- **THE TASK**: Starting at the line that contains "f 209 206 296", output each line through the end of the data exactly, and nothing more.

(Data items)
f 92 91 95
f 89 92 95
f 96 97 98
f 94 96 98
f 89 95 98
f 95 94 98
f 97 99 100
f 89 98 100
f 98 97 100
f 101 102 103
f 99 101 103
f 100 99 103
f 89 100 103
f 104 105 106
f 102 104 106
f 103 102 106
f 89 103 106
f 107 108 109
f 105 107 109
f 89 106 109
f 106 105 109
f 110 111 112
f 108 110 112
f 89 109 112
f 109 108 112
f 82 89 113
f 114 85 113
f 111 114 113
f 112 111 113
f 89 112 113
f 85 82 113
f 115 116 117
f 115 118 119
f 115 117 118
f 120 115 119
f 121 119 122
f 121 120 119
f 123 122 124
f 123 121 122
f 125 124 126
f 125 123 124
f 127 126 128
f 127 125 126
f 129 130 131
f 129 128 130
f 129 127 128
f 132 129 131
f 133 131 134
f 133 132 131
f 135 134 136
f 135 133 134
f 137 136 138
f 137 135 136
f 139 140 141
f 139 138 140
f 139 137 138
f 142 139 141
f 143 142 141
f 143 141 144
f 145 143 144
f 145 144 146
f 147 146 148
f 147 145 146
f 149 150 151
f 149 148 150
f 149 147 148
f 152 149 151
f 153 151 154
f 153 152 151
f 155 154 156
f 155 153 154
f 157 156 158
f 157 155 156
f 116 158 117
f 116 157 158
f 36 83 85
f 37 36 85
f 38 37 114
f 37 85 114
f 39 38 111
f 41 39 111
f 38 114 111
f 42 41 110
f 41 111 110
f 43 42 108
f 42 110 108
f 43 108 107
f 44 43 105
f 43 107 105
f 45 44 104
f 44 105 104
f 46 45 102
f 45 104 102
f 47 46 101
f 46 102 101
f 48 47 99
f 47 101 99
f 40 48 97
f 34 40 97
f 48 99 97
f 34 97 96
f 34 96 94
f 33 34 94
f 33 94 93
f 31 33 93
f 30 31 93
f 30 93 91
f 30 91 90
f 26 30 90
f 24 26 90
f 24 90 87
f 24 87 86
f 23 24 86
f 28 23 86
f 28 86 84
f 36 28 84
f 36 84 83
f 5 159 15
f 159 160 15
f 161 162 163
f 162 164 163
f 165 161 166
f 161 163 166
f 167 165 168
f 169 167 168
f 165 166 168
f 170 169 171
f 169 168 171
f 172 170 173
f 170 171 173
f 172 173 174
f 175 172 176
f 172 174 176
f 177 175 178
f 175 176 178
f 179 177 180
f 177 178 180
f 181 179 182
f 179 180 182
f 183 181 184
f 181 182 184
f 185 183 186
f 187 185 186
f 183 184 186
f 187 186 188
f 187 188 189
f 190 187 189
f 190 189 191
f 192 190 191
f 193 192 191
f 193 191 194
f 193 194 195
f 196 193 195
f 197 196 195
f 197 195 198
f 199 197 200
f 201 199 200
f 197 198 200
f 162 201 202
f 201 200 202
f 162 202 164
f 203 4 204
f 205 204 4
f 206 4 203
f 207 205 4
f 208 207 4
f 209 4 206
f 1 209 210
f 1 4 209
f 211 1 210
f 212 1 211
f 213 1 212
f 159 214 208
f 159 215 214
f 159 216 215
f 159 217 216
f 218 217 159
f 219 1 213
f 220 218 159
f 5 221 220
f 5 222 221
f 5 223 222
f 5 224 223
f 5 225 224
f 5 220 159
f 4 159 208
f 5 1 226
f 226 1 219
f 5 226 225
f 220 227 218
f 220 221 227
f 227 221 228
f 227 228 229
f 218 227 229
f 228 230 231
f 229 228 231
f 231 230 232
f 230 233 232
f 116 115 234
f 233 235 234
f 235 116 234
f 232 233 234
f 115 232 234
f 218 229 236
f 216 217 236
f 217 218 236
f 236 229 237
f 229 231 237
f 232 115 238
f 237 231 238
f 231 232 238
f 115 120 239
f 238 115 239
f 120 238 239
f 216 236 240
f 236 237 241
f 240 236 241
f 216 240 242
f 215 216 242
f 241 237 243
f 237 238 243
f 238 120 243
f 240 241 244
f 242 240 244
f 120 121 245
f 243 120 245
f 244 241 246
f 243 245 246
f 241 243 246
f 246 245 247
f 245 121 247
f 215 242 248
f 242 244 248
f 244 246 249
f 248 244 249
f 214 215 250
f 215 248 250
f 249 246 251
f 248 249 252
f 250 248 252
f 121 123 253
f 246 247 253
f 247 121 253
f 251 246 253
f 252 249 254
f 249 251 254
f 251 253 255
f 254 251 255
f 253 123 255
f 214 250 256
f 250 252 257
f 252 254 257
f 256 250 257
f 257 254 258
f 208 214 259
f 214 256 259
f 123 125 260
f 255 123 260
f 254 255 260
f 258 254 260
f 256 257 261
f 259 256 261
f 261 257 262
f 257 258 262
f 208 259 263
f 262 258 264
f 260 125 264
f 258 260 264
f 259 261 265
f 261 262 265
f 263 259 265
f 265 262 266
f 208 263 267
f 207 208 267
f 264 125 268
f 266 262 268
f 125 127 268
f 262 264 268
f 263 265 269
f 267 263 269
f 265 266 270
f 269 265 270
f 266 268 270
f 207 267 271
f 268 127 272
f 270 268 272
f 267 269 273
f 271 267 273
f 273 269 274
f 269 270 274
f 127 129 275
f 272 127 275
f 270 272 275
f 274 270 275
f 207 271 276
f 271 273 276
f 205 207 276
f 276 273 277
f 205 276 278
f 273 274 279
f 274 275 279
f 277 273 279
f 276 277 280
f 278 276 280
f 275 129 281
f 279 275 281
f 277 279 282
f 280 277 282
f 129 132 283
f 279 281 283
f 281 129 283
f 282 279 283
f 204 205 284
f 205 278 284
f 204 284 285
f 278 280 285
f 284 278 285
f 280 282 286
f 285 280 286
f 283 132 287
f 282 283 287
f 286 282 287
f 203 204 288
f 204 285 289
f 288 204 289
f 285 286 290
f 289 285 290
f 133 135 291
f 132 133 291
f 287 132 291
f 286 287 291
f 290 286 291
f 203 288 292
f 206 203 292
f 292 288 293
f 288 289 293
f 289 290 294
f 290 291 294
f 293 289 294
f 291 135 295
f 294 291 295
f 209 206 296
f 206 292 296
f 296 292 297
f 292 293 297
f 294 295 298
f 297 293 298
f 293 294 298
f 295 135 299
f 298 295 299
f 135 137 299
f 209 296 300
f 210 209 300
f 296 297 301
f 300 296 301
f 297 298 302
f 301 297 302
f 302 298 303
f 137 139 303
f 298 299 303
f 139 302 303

- **FINAL ANSWER**:
f 209 206 296
f 206 292 296
f 296 292 297
f 292 293 297
f 294 295 298
f 297 293 298
f 293 294 298
f 295 135 299
f 298 295 299
f 135 137 299
f 209 296 300
f 210 209 300
f 296 297 301
f 300 296 301
f 297 298 302
f 301 297 302
f 302 298 303
f 137 139 303
f 298 299 303
f 139 302 303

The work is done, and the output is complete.